The good news is that PRs in the travel industry are usually very happy to meet and speak with travel writers. To make initial connections with PRs contact your local tourism bureau (for example if you live in Sydney it will be Destination NSW, or if you live in Portland it will be Travel Oregon). The title of the person you reach out to may vary from organisation to organisation, such as: ‘media and marketing’ or ‘global sales’ or ‘PR specialist’, but essentially their roles will be similar.

Developing a relationship with PRs takes time, but if you focus on building and maintaining your relationship, it’s a connection that will be long lasting and will take you many places (literally!)

And remember, the PR world is a small one and word travels fast. If you are a reliable, courteous and engaged freelance writer who regularly delivers quality content, you’ll be in demand.

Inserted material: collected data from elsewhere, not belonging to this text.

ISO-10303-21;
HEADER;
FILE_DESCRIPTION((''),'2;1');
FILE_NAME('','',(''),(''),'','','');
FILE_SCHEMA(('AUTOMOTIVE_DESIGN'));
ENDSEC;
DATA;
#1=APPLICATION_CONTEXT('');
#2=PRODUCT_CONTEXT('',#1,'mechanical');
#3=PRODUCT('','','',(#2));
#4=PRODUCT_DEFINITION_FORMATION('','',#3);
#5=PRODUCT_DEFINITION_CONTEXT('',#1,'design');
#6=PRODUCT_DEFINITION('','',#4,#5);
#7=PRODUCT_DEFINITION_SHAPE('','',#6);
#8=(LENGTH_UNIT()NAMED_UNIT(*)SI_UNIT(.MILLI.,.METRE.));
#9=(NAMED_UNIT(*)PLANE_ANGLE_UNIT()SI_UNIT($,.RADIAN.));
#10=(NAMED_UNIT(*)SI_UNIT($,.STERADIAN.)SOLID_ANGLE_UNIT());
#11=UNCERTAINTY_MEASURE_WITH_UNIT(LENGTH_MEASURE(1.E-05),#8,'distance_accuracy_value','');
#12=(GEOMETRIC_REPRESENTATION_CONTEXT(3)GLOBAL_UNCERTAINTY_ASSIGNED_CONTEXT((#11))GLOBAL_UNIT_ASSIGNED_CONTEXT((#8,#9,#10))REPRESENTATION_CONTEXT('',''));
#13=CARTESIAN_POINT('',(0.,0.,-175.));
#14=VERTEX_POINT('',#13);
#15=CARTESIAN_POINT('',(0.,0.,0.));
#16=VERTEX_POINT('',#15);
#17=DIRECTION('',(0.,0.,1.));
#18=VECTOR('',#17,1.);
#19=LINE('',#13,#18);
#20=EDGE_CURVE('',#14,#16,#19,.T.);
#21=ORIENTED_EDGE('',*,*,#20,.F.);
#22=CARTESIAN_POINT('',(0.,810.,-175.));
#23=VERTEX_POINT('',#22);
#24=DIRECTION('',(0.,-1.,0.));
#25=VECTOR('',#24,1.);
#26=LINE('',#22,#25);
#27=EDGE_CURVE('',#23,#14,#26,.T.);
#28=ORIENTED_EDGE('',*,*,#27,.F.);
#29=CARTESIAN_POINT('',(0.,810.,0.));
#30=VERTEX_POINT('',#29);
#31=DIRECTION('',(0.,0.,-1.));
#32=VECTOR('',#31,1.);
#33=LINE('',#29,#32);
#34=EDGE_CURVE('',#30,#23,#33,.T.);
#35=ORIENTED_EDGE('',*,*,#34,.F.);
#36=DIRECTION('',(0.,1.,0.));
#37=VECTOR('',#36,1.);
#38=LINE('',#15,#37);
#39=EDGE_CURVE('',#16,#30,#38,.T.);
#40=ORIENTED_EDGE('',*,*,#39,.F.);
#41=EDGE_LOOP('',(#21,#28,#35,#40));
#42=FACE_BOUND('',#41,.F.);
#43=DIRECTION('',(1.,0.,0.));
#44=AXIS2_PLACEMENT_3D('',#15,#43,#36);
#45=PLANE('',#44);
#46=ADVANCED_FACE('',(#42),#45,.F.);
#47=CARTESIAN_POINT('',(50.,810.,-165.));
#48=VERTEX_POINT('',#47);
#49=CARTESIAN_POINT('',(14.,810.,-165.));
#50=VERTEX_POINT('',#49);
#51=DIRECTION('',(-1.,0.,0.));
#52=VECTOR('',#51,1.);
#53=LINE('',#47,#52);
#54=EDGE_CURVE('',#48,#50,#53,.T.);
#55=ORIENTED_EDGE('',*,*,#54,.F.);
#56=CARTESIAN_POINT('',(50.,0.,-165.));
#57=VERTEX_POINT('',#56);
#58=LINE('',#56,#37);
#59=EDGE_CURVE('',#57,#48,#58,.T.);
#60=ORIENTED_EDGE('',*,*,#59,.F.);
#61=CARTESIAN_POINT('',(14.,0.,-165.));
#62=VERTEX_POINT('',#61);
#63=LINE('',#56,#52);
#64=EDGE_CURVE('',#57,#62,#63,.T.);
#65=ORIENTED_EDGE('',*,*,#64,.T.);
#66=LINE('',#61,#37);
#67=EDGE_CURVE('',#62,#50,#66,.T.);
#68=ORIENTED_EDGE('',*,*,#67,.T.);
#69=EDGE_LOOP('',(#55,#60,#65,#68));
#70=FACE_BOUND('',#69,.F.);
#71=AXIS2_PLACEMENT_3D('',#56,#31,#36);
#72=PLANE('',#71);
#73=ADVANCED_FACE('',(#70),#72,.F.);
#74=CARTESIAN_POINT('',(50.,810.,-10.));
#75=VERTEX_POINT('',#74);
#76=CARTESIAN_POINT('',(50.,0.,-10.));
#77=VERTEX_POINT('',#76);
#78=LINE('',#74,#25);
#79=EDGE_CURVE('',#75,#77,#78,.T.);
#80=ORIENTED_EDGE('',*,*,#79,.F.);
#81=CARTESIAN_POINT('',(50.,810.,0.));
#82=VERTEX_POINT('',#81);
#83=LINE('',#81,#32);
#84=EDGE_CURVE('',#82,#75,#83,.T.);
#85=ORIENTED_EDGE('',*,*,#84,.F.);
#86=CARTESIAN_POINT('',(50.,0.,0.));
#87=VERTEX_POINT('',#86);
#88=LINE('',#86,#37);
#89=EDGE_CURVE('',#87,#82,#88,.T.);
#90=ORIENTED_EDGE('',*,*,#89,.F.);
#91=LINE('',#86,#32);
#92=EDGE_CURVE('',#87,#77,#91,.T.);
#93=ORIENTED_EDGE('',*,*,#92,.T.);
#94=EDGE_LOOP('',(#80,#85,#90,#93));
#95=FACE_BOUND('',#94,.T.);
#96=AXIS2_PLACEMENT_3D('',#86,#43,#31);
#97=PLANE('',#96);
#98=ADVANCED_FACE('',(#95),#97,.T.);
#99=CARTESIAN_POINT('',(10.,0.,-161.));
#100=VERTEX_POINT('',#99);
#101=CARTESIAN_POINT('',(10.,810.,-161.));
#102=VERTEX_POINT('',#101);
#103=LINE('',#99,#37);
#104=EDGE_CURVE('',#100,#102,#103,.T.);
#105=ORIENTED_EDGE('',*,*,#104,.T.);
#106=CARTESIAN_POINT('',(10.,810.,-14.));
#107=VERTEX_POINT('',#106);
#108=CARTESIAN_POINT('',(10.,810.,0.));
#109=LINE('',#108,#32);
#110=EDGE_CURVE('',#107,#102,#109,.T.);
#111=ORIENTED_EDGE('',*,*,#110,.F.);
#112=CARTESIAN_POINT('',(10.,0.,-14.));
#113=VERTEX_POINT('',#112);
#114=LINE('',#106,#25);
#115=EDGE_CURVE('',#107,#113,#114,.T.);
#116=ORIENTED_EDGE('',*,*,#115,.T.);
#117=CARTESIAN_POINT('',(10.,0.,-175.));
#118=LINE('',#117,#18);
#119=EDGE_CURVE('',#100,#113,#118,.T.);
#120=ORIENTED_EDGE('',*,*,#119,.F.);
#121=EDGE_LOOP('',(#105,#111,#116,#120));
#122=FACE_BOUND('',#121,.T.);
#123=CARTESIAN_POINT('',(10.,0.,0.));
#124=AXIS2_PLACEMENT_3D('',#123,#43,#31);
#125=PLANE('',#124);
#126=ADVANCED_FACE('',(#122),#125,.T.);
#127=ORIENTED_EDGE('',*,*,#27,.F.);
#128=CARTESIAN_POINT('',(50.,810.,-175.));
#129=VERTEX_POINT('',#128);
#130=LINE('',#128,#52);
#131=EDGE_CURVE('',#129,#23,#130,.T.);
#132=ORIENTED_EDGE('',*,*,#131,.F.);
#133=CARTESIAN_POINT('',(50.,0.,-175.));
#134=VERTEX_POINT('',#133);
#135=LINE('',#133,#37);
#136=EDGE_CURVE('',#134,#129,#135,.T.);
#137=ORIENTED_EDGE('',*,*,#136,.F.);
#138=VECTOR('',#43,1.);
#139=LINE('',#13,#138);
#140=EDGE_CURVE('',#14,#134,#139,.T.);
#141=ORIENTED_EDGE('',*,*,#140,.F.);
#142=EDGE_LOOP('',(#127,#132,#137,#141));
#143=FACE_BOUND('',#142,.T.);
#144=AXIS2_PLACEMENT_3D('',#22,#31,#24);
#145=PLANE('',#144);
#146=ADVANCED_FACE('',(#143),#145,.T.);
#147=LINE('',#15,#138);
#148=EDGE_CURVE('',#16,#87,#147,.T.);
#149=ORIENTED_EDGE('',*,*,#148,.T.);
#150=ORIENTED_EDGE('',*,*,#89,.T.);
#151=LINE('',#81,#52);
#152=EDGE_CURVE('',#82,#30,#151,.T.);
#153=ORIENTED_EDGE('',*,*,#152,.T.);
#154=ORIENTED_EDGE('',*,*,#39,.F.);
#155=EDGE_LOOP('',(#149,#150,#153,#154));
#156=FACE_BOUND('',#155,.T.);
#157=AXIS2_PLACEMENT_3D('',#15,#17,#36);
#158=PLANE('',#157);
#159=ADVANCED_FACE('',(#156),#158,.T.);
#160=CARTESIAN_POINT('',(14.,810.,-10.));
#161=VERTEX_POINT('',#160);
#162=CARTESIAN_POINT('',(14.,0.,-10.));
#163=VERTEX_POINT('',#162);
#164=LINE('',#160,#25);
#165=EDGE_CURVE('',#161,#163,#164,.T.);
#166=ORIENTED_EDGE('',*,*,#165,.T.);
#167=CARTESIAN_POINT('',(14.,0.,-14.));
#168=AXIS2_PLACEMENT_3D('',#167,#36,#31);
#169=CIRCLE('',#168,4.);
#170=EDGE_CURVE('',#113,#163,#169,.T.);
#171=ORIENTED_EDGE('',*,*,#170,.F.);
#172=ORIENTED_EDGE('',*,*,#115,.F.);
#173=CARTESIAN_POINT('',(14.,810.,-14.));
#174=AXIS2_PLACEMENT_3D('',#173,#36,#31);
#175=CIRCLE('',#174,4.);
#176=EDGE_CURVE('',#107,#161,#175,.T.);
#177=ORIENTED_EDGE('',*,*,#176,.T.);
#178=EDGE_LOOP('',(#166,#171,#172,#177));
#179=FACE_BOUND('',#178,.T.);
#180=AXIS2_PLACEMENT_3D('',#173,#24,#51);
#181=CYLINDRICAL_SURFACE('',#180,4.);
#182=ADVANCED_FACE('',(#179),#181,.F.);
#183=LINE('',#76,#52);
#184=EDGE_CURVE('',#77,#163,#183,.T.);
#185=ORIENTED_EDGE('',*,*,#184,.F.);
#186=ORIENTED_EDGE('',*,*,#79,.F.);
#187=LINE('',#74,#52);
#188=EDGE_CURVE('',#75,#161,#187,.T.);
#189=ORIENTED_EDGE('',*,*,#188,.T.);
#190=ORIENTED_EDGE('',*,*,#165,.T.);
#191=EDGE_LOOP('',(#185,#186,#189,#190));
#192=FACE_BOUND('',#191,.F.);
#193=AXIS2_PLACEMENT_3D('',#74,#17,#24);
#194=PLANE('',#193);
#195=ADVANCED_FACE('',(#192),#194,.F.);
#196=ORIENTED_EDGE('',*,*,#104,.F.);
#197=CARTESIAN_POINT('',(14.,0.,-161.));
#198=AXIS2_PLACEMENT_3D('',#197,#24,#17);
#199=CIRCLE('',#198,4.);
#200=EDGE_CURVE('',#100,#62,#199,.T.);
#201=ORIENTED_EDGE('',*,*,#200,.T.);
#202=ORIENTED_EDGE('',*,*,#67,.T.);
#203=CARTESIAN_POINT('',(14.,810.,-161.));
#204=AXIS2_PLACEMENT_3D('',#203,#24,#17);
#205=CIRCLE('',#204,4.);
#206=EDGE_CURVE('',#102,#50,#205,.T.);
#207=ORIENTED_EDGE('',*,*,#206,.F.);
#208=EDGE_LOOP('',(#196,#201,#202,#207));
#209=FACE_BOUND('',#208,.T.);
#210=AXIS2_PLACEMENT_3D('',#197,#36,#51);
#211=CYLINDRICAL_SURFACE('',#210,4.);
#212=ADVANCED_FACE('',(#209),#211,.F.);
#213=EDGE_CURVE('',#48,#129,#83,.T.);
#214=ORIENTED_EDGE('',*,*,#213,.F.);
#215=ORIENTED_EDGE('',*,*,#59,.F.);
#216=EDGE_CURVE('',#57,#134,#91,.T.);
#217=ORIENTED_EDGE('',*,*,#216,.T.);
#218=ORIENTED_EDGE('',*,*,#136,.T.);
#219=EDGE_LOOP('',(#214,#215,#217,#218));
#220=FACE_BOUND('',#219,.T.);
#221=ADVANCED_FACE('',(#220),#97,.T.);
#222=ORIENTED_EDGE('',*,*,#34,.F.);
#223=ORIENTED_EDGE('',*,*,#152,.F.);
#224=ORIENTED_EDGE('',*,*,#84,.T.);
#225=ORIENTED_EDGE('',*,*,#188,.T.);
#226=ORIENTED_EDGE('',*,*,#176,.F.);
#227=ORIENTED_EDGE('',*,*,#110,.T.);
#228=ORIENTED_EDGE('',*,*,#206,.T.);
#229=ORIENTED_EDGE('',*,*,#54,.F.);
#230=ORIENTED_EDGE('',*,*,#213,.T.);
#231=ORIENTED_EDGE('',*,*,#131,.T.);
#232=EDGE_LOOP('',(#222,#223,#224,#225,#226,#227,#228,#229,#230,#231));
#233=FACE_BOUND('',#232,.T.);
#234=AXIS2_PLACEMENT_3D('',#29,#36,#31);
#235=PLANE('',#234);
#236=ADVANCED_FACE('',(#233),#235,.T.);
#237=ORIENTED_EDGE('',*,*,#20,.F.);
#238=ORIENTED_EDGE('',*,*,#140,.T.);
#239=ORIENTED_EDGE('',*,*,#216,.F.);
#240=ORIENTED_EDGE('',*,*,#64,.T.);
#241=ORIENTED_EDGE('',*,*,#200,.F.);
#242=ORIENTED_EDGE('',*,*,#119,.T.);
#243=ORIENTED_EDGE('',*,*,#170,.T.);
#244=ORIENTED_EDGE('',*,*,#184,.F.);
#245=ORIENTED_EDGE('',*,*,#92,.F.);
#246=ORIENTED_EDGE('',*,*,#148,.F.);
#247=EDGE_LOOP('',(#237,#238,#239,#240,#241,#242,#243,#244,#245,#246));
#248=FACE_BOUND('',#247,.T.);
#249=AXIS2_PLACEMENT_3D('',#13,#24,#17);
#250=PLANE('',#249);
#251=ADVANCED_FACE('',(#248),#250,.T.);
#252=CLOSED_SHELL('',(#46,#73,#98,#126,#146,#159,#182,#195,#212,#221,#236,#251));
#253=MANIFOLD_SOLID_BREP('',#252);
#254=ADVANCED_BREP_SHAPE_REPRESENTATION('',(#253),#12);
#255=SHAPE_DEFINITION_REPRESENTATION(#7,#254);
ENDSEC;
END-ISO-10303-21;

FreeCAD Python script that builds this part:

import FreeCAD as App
import Part
import Sketcher
from FreeCAD import Vector
Q = App.Units.Quantity


def edges_at(feature, points):
    """Names of the edges that pass closest to the given points."""
    edges = feature.Shape.Edges
    near = lambda p: min(range(len(edges)), key=lambda i: edges[i].distToShape(Part.Vertex(*p))[0])
    return sorted({f"Edge{near(p) + 1}" for p in points})


def add_polygon(sketch, points):
    """Adds a closed chain of lines whose ends are joined by coincident constraints."""
    first, n = sketch.GeometryCount, len(points)
    for a, b in zip(points, points[1:] + points[:1]):
        sketch.addGeometry(Part.LineSegment(App.Vector(*a, 0), App.Vector(*b, 0)), False)
    for i in range(n):
        sketch.addConstraint(Sketcher.Constraint("Coincident", first + i, 2, first + (i + 1) % n, 1))

doc = App.newDocument("Part")
body = doc.addObject("PartDesign::Body", "Body")

sketch1 = body.newObject("Sketcher::SketchObject", "Sketch")
sketch1.AttachmentSupport = (doc.getObject("YZ_Plane"), [""])
sketch1.MapMode = "FlatFace"
add_polygon(sketch1, [(810, 0), (0, 0), (0, -175), (810, -175)])
sketch1.addConstraint([
    Sketcher.Constraint("Horizontal", 0),
    Sketcher.Constraint("Vertical", 1),
    Sketcher.Constraint("Horizontal", 2),
    Sketcher.Constraint("Vertical", 3),
    Sketcher.Constraint("Coincident", 0, 2, -1, 1),
    Sketcher.Constraint("DistanceX", 0, 2, 0, 1, Q("810 mm")),
    Sketcher.Constraint("DistanceY", 1, 2, 1, 1, Q("175 mm")),
])
pad1 = body.newObject("PartDesign::Pad", "Pad")
pad1.Profile = sketch1
pad1.Length = 10

sketch2 = body.newObject("Sketcher::SketchObject", "Sketch001")
sketch2.AttachmentSupport = (doc.getObject("YZ_Plane"), [""])
sketch2.MapMode = "FlatFace"
sketch2.AttachmentOffset = App.Placement(Vector(0, 0, 10), App.Rotation())
add_polygon(sketch2, [(810, 0), (0, 0), (0, -175), (810, -175)])
sketch2.addConstraint([
    Sketcher.Constraint("Horizontal", 0),
    Sketcher.Constraint("Vertical", 1),
    Sketcher.Constraint("Horizontal", 2),
    Sketcher.Constraint("Vertical", 3),
    Sketcher.Constraint("Coincident", 0, 2, -1, 1),
    Sketcher.Constraint("DistanceX", 0, 2, 0, 1, Q("810 mm")),
    Sketcher.Constraint("DistanceY", 1, 2, 1, 1, Q("175 mm")),
])
pad2 = body.newObject("PartDesign::Pad", "Pad001")
pad2.Profile = sketch2
pad2.Length = 40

Getting invited on your first familiarisation trip

From the outside, it can seem like there is a magic formula to getting invited on a fam or press trip.

There are two kinds of fams – one is group fams that you do with other media personnel like journalists and editors, and one where you travel individually and you seek support or sponsorship from tourism bodies, PRs, individual operators and hotels yourself.  

Generally speaking, you’ll need to have a few bylines under your belt before you can get sponsorship or hosted travel because at the end of the day, it’s expensive for tourism bureaus, PR agencies or brands to cover the costs of airfares, accommodation, experiences and food for writers, and they want to make sure you can deliver an excellent return on their investment.

If you’re nearby, ask to meet up for a coffee to learn more about their destination, products and experiences and their current focus (e.g. some will have key experiences or destinations they want to highlight in the coming 12 months).

Online hubs like TravMedia are a great place to connect with PRs and to register for events like IMM (International Media Marketplace) – a single-day networking event where people in the media, such as travel writers, editors and bloggers, meet travel and tourism brands and PRs in 22 x 15 minute one-on-one appointments. 

It’s always a bonus if you are a member of your national travel writing association, as this shows PRs that you are a legitimate travel writing professional, so always aim to fulfil the membership requirements as soon as you can. 

Once you have developed a relationship with a PR, it’s definitely worth asking to be put on their media list to receive press releases, but more than that, let them know which publications you write for so that they can consider you for upcoming group fam trips/press trips.

Often the best way to get your first individual fam is to link it into a place where you are already going. For example, if you are travelling to Portland for a family holiday, and there’s a bunch of new vegan eateries that have opened in the last 3 months, see whether an editor is interested and if they are, then approach the city’s tourism board to see if they would host you at some or all of the eateries.